::: Records shown
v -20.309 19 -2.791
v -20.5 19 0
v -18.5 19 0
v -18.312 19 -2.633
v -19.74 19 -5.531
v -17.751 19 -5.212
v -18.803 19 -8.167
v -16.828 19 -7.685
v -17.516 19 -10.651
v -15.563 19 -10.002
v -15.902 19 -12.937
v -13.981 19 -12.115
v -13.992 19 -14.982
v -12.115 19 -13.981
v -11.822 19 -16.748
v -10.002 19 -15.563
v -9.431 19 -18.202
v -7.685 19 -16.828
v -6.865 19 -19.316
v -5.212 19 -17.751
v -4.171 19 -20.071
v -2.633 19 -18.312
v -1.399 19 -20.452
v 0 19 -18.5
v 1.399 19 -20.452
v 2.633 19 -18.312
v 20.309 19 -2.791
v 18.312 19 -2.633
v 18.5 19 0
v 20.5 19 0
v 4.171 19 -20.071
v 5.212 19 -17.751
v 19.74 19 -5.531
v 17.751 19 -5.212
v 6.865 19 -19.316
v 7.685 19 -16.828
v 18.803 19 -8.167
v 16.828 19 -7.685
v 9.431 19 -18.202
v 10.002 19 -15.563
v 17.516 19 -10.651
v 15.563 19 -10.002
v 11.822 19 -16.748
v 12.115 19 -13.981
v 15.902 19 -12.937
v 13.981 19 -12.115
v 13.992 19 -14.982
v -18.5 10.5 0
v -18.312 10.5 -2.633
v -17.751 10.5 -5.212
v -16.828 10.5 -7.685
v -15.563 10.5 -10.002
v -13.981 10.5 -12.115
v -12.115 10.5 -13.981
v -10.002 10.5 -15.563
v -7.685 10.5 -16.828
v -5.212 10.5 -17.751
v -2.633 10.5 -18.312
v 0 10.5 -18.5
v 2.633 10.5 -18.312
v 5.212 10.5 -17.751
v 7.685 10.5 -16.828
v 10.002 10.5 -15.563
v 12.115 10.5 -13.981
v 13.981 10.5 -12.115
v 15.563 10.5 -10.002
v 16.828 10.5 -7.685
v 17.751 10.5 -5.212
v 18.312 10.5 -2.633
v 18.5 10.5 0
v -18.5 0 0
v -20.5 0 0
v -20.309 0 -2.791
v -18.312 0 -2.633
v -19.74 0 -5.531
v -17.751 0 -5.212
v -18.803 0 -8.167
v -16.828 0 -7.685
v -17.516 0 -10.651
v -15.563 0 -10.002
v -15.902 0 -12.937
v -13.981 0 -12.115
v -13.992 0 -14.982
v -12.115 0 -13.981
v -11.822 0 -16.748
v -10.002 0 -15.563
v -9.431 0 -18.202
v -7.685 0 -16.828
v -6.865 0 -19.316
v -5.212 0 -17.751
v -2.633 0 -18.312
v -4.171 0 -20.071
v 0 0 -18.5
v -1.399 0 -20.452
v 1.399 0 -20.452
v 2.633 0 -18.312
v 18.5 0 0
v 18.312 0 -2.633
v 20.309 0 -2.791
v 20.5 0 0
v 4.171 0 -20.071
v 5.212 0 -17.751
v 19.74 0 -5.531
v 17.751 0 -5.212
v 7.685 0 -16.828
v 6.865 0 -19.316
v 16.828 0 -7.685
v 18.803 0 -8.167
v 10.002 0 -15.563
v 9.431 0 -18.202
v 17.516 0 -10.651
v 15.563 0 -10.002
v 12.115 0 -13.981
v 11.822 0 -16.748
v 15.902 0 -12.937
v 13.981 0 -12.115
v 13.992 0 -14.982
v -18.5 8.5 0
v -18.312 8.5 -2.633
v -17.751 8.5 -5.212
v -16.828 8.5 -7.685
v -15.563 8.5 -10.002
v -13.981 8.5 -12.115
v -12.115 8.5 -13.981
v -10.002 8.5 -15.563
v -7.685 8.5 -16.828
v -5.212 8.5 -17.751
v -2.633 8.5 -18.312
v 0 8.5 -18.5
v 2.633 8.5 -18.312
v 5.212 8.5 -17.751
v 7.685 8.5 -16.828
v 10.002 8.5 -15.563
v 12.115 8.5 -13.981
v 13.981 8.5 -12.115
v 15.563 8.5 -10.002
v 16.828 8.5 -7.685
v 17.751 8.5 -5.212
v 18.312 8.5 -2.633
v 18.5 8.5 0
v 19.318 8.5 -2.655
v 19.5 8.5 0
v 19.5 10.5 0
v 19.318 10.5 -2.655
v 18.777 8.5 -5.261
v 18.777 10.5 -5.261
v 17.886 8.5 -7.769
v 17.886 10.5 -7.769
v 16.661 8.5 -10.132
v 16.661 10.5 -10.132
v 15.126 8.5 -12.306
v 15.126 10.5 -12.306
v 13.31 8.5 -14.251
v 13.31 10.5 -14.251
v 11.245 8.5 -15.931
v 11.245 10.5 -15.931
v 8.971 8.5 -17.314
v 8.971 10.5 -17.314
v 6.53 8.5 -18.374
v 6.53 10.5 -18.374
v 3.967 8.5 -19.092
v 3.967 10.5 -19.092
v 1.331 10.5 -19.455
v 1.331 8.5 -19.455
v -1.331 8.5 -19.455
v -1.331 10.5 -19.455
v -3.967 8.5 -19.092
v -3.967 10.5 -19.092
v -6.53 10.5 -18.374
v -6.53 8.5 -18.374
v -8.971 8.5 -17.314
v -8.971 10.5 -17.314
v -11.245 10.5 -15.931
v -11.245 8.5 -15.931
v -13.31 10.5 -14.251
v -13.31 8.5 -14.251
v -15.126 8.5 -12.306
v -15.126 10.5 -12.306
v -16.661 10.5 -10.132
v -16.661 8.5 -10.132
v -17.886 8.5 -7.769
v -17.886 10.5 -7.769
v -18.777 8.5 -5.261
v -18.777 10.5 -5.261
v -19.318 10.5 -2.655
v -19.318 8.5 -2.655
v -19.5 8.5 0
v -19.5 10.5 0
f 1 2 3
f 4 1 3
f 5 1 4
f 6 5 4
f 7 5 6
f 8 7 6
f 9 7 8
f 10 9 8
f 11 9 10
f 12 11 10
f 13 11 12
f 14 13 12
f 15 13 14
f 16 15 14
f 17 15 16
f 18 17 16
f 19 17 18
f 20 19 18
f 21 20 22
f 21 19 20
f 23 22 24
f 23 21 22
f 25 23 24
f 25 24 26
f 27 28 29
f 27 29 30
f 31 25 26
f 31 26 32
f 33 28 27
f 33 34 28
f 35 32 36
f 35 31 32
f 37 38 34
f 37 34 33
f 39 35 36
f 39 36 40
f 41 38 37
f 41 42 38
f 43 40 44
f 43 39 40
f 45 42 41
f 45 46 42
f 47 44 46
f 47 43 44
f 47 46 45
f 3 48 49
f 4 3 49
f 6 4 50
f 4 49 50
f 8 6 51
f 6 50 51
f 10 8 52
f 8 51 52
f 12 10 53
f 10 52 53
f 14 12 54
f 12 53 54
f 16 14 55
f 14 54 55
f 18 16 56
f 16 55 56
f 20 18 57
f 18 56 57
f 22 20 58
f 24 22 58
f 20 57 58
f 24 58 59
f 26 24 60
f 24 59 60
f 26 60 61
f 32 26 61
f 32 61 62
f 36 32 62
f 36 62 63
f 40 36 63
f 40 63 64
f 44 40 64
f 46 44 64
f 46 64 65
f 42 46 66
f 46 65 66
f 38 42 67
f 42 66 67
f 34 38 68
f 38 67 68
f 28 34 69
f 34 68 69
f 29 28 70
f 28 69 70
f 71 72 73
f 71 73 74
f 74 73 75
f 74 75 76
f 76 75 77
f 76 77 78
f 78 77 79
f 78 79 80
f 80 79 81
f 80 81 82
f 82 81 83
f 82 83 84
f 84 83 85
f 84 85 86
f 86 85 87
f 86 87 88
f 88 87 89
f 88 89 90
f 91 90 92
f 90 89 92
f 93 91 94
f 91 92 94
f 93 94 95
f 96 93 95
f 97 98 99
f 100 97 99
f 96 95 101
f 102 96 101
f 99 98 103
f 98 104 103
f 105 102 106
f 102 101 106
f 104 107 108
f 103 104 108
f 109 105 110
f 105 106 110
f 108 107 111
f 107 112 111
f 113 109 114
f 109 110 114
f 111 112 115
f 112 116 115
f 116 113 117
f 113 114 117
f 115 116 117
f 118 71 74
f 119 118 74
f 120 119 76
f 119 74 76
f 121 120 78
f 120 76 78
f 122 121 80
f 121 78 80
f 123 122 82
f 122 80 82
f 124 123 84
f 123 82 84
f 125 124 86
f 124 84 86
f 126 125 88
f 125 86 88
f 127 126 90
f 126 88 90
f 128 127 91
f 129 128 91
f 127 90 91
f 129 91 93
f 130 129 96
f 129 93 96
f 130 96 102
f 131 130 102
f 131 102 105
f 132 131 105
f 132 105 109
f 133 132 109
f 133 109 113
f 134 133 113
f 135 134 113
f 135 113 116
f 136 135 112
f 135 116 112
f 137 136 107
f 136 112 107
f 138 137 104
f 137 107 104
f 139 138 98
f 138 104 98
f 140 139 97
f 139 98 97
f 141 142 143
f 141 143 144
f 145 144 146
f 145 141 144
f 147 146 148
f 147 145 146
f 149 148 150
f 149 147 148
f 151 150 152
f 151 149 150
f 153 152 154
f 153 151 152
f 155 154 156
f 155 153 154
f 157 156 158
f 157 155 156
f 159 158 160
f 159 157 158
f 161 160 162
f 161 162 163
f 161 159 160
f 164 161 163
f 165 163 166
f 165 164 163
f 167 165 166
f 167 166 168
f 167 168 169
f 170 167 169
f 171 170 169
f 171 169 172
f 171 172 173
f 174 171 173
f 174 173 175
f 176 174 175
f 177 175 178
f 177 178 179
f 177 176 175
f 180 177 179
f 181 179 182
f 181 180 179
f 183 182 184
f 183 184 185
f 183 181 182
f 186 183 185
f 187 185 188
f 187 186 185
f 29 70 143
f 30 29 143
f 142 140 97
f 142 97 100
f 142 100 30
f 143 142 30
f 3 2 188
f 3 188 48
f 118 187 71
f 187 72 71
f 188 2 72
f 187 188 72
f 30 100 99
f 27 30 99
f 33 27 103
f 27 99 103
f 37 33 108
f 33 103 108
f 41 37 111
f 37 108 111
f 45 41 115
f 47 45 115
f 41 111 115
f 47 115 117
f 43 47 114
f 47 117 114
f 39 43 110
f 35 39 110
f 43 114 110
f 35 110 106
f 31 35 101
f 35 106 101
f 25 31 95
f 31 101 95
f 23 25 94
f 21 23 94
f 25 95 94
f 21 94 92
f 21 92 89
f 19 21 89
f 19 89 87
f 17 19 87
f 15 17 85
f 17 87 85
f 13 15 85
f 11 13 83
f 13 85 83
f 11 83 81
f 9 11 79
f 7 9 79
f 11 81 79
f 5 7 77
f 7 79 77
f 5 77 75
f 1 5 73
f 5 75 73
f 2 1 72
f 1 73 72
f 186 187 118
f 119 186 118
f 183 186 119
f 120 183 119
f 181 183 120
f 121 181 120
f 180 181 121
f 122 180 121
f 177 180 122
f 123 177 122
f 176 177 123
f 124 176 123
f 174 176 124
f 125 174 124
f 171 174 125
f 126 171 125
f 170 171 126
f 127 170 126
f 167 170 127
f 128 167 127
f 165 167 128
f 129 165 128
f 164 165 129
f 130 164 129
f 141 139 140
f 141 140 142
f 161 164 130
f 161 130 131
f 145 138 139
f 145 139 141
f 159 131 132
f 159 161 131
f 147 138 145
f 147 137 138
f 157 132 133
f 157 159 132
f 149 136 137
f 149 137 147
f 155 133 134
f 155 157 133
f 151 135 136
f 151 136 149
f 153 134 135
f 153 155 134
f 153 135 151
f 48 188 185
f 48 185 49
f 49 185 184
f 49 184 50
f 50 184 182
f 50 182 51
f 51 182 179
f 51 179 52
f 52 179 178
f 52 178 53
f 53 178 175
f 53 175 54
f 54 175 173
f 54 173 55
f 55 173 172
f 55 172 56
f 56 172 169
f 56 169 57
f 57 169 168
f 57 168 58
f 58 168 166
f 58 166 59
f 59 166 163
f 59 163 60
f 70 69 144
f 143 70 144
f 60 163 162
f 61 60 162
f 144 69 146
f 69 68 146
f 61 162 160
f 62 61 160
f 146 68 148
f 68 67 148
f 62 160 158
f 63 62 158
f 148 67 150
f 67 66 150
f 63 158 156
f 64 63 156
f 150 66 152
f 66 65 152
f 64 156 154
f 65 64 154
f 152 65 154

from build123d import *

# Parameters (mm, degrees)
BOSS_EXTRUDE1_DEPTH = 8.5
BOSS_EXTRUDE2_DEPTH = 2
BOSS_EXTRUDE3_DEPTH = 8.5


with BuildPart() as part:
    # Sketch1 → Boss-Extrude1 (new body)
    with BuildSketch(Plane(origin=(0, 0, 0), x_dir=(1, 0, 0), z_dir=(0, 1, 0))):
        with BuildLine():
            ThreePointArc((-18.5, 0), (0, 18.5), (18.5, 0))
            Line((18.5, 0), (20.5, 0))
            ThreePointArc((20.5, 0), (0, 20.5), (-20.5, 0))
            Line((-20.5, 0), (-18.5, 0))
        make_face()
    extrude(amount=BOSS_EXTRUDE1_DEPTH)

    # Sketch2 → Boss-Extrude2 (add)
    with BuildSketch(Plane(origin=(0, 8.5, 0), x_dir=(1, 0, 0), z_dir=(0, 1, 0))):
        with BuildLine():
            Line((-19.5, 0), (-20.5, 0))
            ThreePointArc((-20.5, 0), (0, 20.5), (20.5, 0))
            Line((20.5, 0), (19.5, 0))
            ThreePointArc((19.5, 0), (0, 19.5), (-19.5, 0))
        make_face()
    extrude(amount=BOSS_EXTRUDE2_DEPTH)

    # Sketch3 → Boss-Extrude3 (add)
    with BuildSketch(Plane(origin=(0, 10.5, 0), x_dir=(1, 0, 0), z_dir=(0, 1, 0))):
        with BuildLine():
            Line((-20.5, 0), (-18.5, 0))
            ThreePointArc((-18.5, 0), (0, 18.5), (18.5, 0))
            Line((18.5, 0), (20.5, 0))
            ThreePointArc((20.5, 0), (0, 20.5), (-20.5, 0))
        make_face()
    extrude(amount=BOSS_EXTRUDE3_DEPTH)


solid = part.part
::::::
Required work = Take the lines from the start of the records through the line holding "v -2.633 19 -18.312", both included, and please print them exactly, with nothing else.

Solved problem =
v -20.309 19 -2.791
v -20.5 19 0
v -18.5 19 0
v -18.312 19 -2.633
v -19.74 19 -5.531
v -17.751 19 -5.212
v -18.803 19 -8.167
v -16.828 19 -7.685
v -17.516 19 -10.651
v -15.563 19 -10.002
v -15.902 19 -12.937
v -13.981 19 -12.115
v -13.992 19 -14.982
v -12.115 19 -13.981
v -11.822 19 -16.748
v -10.002 19 -15.563
v -9.431 19 -18.202
v -7.685 19 -16.828
v -6.865 19 -19.316
v -5.212 19 -17.751
v -4.171 19 -20.071
v -2.633 19 -18.312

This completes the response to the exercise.